▸ **What to produce**: Would you repeat exactly the part of the listing below that runs from the line containing "# Sketch008 → Pad003 (join)" down to the line containing "# Sketch010 → Pocket005 (cut)", inclusive, and nothing else?

*** Begin section ***

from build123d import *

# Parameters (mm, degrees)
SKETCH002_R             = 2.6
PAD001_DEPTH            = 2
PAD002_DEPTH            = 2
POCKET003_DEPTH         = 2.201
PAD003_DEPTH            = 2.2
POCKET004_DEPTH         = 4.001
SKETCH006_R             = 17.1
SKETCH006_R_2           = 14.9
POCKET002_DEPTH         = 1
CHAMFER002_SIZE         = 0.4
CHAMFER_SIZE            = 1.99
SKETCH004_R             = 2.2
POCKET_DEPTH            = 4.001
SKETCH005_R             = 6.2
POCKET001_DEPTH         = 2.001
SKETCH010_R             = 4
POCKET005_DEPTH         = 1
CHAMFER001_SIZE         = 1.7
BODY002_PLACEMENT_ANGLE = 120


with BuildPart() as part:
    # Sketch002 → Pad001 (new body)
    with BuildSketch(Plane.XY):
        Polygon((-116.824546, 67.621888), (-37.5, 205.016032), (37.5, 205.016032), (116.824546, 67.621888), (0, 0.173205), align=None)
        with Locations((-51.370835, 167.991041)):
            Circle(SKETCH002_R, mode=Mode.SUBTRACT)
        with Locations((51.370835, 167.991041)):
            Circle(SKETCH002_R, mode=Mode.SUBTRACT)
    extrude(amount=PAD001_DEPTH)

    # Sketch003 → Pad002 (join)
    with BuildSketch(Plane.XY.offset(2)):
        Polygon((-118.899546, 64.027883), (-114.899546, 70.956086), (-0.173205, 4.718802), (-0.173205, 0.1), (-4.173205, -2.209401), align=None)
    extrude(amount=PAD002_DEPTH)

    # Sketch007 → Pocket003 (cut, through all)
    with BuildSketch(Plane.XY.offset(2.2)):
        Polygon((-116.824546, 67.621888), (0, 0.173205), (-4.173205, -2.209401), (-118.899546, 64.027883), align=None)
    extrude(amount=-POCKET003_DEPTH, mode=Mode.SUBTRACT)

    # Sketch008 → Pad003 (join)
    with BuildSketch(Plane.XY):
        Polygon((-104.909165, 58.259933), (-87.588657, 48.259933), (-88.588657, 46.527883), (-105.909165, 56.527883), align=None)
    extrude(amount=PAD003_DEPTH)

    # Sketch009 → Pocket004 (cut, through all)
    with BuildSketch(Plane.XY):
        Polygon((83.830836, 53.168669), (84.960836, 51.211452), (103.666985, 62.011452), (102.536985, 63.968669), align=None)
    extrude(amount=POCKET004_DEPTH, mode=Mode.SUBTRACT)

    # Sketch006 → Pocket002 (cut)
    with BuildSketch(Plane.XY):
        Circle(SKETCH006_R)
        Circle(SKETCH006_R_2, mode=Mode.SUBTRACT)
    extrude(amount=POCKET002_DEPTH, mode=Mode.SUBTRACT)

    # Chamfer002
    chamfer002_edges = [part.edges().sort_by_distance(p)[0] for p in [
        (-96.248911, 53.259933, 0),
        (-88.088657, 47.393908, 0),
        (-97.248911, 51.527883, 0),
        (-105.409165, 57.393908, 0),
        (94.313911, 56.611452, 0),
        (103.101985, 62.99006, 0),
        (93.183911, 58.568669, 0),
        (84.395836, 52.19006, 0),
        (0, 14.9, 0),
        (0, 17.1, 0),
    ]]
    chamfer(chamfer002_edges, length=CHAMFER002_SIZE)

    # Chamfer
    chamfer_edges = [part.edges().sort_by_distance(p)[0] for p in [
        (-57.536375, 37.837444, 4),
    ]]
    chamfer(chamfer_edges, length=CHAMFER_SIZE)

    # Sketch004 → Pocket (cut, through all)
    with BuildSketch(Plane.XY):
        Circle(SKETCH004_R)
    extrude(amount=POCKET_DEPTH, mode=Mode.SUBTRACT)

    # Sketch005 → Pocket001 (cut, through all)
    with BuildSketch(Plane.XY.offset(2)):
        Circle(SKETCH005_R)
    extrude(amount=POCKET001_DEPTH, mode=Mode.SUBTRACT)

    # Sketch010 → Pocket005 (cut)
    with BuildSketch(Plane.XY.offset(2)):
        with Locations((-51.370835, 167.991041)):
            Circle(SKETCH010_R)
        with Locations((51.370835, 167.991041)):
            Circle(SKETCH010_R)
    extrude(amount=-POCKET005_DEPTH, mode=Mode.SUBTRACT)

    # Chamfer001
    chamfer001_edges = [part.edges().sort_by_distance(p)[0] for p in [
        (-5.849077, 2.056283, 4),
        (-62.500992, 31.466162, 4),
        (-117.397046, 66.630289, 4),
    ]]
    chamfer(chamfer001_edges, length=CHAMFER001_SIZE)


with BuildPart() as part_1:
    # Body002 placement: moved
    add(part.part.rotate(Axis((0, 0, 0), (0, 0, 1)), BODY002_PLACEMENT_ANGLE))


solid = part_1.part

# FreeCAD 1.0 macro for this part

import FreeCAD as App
import Part
import Sketcher
Q = App.Units.Quantity


def edges_at(feature, points):
    """Names of the edges that pass closest to the given points."""
    edges = feature.Shape.Edges
    near = lambda p: min(range(len(edges)), key=lambda i: edges[i].distToShape(Part.Vertex(*p))[0])
    return sorted({f"Edge{near(p) + 1}" for p in points})


def add_polygon(sketch, points):
    """Adds a closed chain of lines whose ends are joined by coincident constraints."""
    first, n = sketch.GeometryCount, len(points)
    for a, b in zip(points, points[1:] + points[:1]):
        sketch.addGeometry(Part.LineSegment(App.Vector(*a, 0), App.Vector(*b, 0)), False)
    for i in range(n):
        sketch.addConstraint(Sketcher.Constraint("Coincident", first + i, 2, first + (i + 1) % n, 1))

doc = App.newDocument("Part")
body = doc.addObject("PartDesign::Body", "Body")

sketch1 = doc.addObject("Sketcher::SketchObject", "Sketch")
body.addObject(sketch1)
sketch1.AttachmentSupport = (doc.XY_Plane, [""])
sketch1.MapMode = "FlatFace"
add_polygon(sketch1, [(-37.5, 205), (-116.8, 67.6), (0, 0.2), (116.8, 67.6), (37.5, 205)])
sketch1.addGeometry(Part.Circle(App.Vector(51.4, 168, 0), App.Vector(0, 0, 1), 2.6), False)
sketch1.addGeometry(Part.Circle(App.Vector(-51.4, 168, 0), App.Vector(0, 0, 1), 2.6), False)
sketch1.addConstraint([
    Sketcher.Constraint("Horizontal", 4),
    Sketcher.Constraint("Equal", 5, 6),
    Sketcher.Constraint("Symmetric", 5, 3, 6, 3, -2),
    Sketcher.Constraint("Symmetric", 0, 2, 2, 2, -2),
    Sketcher.Constraint("PointOnObject", 1, 2, -2),
    Sketcher.Constraint("Perpendicular", 0, 1),
    Sketcher.Constraint("Perpendicular", 2, 3),
    Sketcher.Constraint("Diameter", 5, 5.2),
    Sketcher.Constraint("DistanceX", 4, 2, 4, 1, 75.0),
    Sketcher.Constraint("Angle", 0, Q("-120 deg")),
    Sketcher.Constraint("DistanceY", -1, 1, 5, 3, 167.991041),
    Sketcher.Constraint("DistanceY", -1, 1, 0, 2, 67.621888),
    Sketcher.Constraint("DistanceY", -1, 1, 3, 2, 205.016032),
    Sketcher.Constraint("DistanceX", 6, 3, 5, 3, 102.74167),
])
pad1 = doc.addObject("PartDesign::Pad", "Pad")
body.addObject(pad1)
pad1.Profile = sketch1
pad1.Length = 2

sketch2 = doc.addObject("Sketcher::SketchObject", "Sketch001")
body.addObject(sketch2)
sketch2.AttachmentSupport = (doc.XY_Plane, [""])
sketch2.MapMode = "FlatFace"
sketch2.AttachmentOffset = App.Placement(App.Vector(0, 0, 2), App.Rotation())
add_polygon(sketch2, [(-114.9, 71), (-118.9, 64), (-4.2, -2.2), (-0.2, 0.1), (-0.2, 4.7)])
sketch2.addConstraint([
    Sketcher.Constraint("Vertical", 3),
    Sketcher.Constraint("Perpendicular", 0, 1),
    Sketcher.Constraint("Parallel", 1, 4),
    Sketcher.Constraint("Equal", 1, 4),
    Sketcher.Constraint("Angle", 0, Q("-120.000001 deg")),
    Sketcher.Constraint("Angle", 2, Q("29.999999 deg")),
    Sketcher.Constraint("Distance", 0, 8.0),
    Sketcher.Constraint("DistanceY", -1, 1, 2, 2, 0.1),
    Sketcher.Constraint("DistanceX", 0, 2, 1, 2, 114.726341),
    Sketcher.Constraint("DistanceX", 0, 2, -1, 1, 118.899546),
])
pad2 = doc.addObject("PartDesign::Pad", "Pad001")
body.addObject(pad2)
pad2.Profile = sketch2
pad2.Length = 2

sketch3 = doc.addObject("Sketcher::SketchObject", "Sketch002")
body.addObject(sketch3)
sketch3.AttachmentSupport = (doc.XY_Plane, [""])
sketch3.MapMode = "FlatFace"
sketch3.AttachmentOffset = App.Placement(App.Vector(0, 0, 2.2), App.Rotation())
add_polygon(sketch3, [(0, 0.2), (-116.8, 67.6), (-118.9, 64), (-4.2, -2.2)])
sketch3.addConstraint([
    Sketcher.Constraint("PointOnObject", 3, 2, -2),
    Sketcher.Constraint("Perpendicular", 0, 1),
    Sketcher.Constraint("Perpendicular", 1, 2),
    Sketcher.Constraint("Angle", 0, Q("150 deg")),
    Sketcher.Constraint("Distance", 1, 4.15),
    Sketcher.Constraint("DistanceY", 2, 2, -1, 1, 2.209401),
    Sketcher.Constraint("Distance", 3, 4.805461),
    Sketcher.Constraint("DistanceY", -1, 1, 0, 2, 67.621888),
])
pocket1 = doc.addObject("PartDesign::Pocket", "Pocket")
body.addObject(pocket1)
pocket1.Profile = sketch3
pocket1.Type = "ThroughAll"

sketch4 = doc.addObject("Sketcher::SketchObject", "Sketch003")
body.addObject(sketch4)
sketch4.AttachmentSupport = (doc.XY_Plane, [""])
sketch4.MapMode = "FlatFace"
add_polygon(sketch4, [(-87.6, 48.3), (-104.9, 58.3), (-105.9, 56.5), (-88.6, 46.5)])
sketch4.addConstraint([
    Sketcher.Constraint("Perpendicular", 0, 1),
    Sketcher.Constraint("Perpendicular", 1, 2),
    Sketcher.Constraint("Perpendicular", 2, 3),
    Sketcher.Constraint("Angle", 0, Q("150 deg")),
    Sketcher.Constraint("Distance", 0, 20.0),
    Sketcher.Constraint("Distance", 1, 1.999999),
    Sketcher.Constraint("DistanceX", 0, 2, -1, 1, 104.909165),
    Sketcher.Constraint("DistanceY", -1, 1, 0, 2, 58.259933),
])
pad3 = doc.addObject("PartDesign::Pad", "Pad002")
body.addObject(pad3)
pad3.Profile = sketch4
pad3.Length = 2.2

sketch5 = doc.addObject("Sketcher::SketchObject", "Sketch004")
body.addObject(sketch5)
sketch5.AttachmentSupport = (doc.XY_Plane, [""])
sketch5.MapMode = "FlatFace"
add_polygon(sketch5, [(83.8, 53.2), (85, 51.2), (103.7, 62), (102.5, 64)])
sketch5.addConstraint([
    Sketcher.Constraint("Perpendicular", 0, 1),
    Sketcher.Constraint("Perpendicular", 1, 2),
    Sketcher.Constraint("Perpendicular", 2, 3),
    Sketcher.Constraint("Angle", 0, Q("-59.999995 deg")),
    Sketcher.Constraint("Distance", 1, 21.6),
    Sketcher.Constraint("Distance", 0, 2.26),
    Sketcher.Constraint("DistanceY", -1, 1, 1, 2, 62.011452),
    Sketcher.Constraint("DistanceX", -1, 1, 0, 2, 84.960836),
])
pocket2 = doc.addObject("PartDesign::Pocket", "Pocket001")
body.addObject(pocket2)
pocket2.Profile = sketch5
pocket2.Type = "ThroughAll"
pocket2.Reversed = True

sketch6 = doc.addObject("Sketcher::SketchObject", "Sketch005")
body.addObject(sketch6)
sketch6.AttachmentSupport = (doc.XY_Plane, [""])
sketch6.MapMode = "FlatFace"
sketch6.addGeometry([
    Part.Circle(App.Vector(0, 0, 0), App.Vector(0, 0, 1), 17),
    Part.Circle(App.Vector(0, 0, 0), App.Vector(0, 0, 1), 15),
], False)
sketch6.addConstraint([
    Sketcher.Constraint("Coincident", 0, 3, -1, 1),
    Sketcher.Constraint("Coincident", 1, 3, -1, 1),
    Sketcher.Constraint("Diameter", 0, 34.2),
    Sketcher.Constraint("Diameter", 1, 29.8),
])
pocket3 = doc.addObject("PartDesign::Pocket", "Pocket002")
body.addObject(pocket3)
pocket3.Profile = sketch6
pocket3.Length = 1
pocket3.Reversed = True
doc.recompute()

chamfer = doc.addObject("PartDesign::Chamfer", "Chamfer")
body.addObject(chamfer)
chamfer.Base = (pocket3, edges_at(pocket3, [
    (-96.249, 53.26, 0),
    (-88.089, 47.394, 0),
    (-97.249, 51.528, 0),
    (-105.409, 57.394, 0),
    (94.314, 56.611, 0),
    (103.102, 62.99, 0),
    (93.184, 58.569, 0),
    (84.396, 52.19, 0),
    (0, 14.9, 0),
    (0, 17.1, 0),
]))
chamfer.Size = 0.4
doc.recompute()

chamfer2 = doc.addObject("PartDesign::Chamfer", "Chamfer001")
body.addObject(chamfer2)
chamfer2.Base = (chamfer, edges_at(chamfer, [(-57.536, 37.837, 4)]))
chamfer2.Size = 1.99

sketch7 = doc.addObject("Sketcher::SketchObject", "Sketch006")
body.addObject(sketch7)
sketch7.AttachmentSupport = (doc.XY_Plane, [""])
sketch7.MapMode = "FlatFace"
sketch7.addGeometry(Part.Circle(App.Vector(0, 0, 0), App.Vector(0, 0, 1), 2.2), False)
sketch7.addConstraint([
    Sketcher.Constraint("Coincident", 0, 3, -1, 1),
    Sketcher.Constraint("Diameter", 0, 4.4),
])
pocket4 = doc.addObject("PartDesign::Pocket", "Pocket003")
body.addObject(pocket4)
pocket4.Profile = sketch7
pocket4.Type = "ThroughAll"
pocket4.Reversed = True

sketch8 = doc.addObject("Sketcher::SketchObject", "Sketch007")
body.addObject(sketch8)
sketch8.AttachmentSupport = (doc.XY_Plane, [""])
sketch8.MapMode = "FlatFace"
sketch8.AttachmentOffset = App.Placement(App.Vector(0, 0, 2), App.Rotation())
sketch8.addGeometry(Part.Circle(App.Vector(0, 0, 0), App.Vector(0, 0, 1), 6), False)
sketch8.addConstraint([
    Sketcher.Constraint("Coincident", 0, 3, -1, 1),
    Sketcher.Constraint("Diameter", 0, 12.4),
])
pocket5 = doc.addObject("PartDesign::Pocket", "Pocket004")
body.addObject(pocket5)
pocket5.Profile = sketch8
pocket5.Type = "ThroughAll"
pocket5.Reversed = True

sketch9 = doc.addObject("Sketcher::SketchObject", "Sketch008")
body.addObject(sketch9)
sketch9.AttachmentSupport = (doc.XY_Plane, [""])
sketch9.MapMode = "FlatFace"
sketch9.AttachmentOffset = App.Placement(App.Vector(0, 0, 2), App.Rotation())
sketch9.addGeometry([
    Part.Circle(App.Vector(-51.4, 168, 0), App.Vector(0, 0, 1), 4),
    Part.Circle(App.Vector(51.4, 168, 0), App.Vector(0, 0, 1), 4),
], False)
sketch9.addConstraint([
    Sketcher.Constraint("Equal", 0, 1),
    Sketcher.Constraint("Symmetric", 0, 3, 1, 3, -2),
    Sketcher.Constraint("Diameter", 0, 8.0),
    Sketcher.Constraint("DistanceY", -1, 1, 0, 3, 167.991041),
    Sketcher.Constraint("DistanceX", 0, 3, 1, 3, 102.74167),
])
pocket6 = doc.addObject("PartDesign::Pocket", "Pocket005")
body.addObject(pocket6)
pocket6.Profile = sketch9
pocket6.Length = 1
doc.recompute()

chamfer3 = doc.addObject("PartDesign::Chamfer", "Chamfer002")
body.addObject(chamfer3)
chamfer3.Base = (pocket6, edges_at(pocket6, [(-5.849, 2.056, 4), (-62.501, 31.466, 4), (-117.397, 66.63, 4)]))
chamfer3.Size = 1.7
body2 = doc.addObject("PartDesign::Body", "Body001")
doc.recompute()

body.Placement = App.Placement(App.Vector(0, 0, 0), App.Rotation(App.Vector(0, 0, 1), 120))
boolean = doc.addObject("PartDesign::Boolean", "Boolean")
body2.addObject(boolean)
boolean.Type = "Fuse"
boolean.addObjects([body])

doc.recompute()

*** End section ***

▸ **Result**:
    # Sketch008 → Pad003 (join)
    with BuildSketch(Plane.XY):
        Polygon((-104.909165, 58.259933), (-87.588657, 48.259933), (-88.588657, 46.527883), (-105.909165, 56.527883), align=None)
    extrude(amount=PAD003_DEPTH)

    # Sketch009 → Pocket004 (cut, through all)
    with BuildSketch(Plane.XY):
        Polygon((83.830836, 53.168669), (84.960836, 51.211452), (103.666985, 62.011452), (102.536985, 63.968669), align=None)
    extrude(amount=POCKET004_DEPTH, mode=Mode.SUBTRACT)

    # Sketch006 → Pocket002 (cut)
    with BuildSketch(Plane.XY):
        Circle(SKETCH006_R)
        Circle(SKETCH006_R_2, mode=Mode.SUBTRACT)
    extrude(amount=POCKET002_DEPTH, mode=Mode.SUBTRACT)

    # Chamfer002
    chamfer002_edges = [part.edges().sort_by_distance(p)[0] for p in [
        (-96.248911, 53.259933, 0),
        (-88.088657, 47.393908, 0),
        (-97.248911, 51.527883, 0),
        (-105.409165, 57.393908, 0),
        (94.313911, 56.611452, 0),
        (103.101985, 62.99006, 0),
        (93.183911, 58.568669, 0),
        (84.395836, 52.19006, 0),
        (0, 14.9, 0),
        (0, 17.1, 0),
    ]]
    chamfer(chamfer002_edges, length=CHAMFER002_SIZE)

    # Chamfer
    chamfer_edges = [part.edges().sort_by_distance(p)[0] for p in [
        (-57.536375, 37.837444, 4),
    ]]
    chamfer(chamfer_edges, length=CHAMFER_SIZE)

    # Sketch004 → Pocket (cut, through all)
    with BuildSketch(Plane.XY):
        Circle(SKETCH004_R)
    extrude(amount=POCKET_DEPTH, mode=Mode.SUBTRACT)

    # Sketch005 → Pocket001 (cut, through all)
    with BuildSketch(Plane.XY.offset(2)):
        Circle(SKETCH005_R)
    extrude(amount=POCKET001_DEPTH, mode=Mode.SUBTRACT)

    # Sketch010 → Pocket005 (cut)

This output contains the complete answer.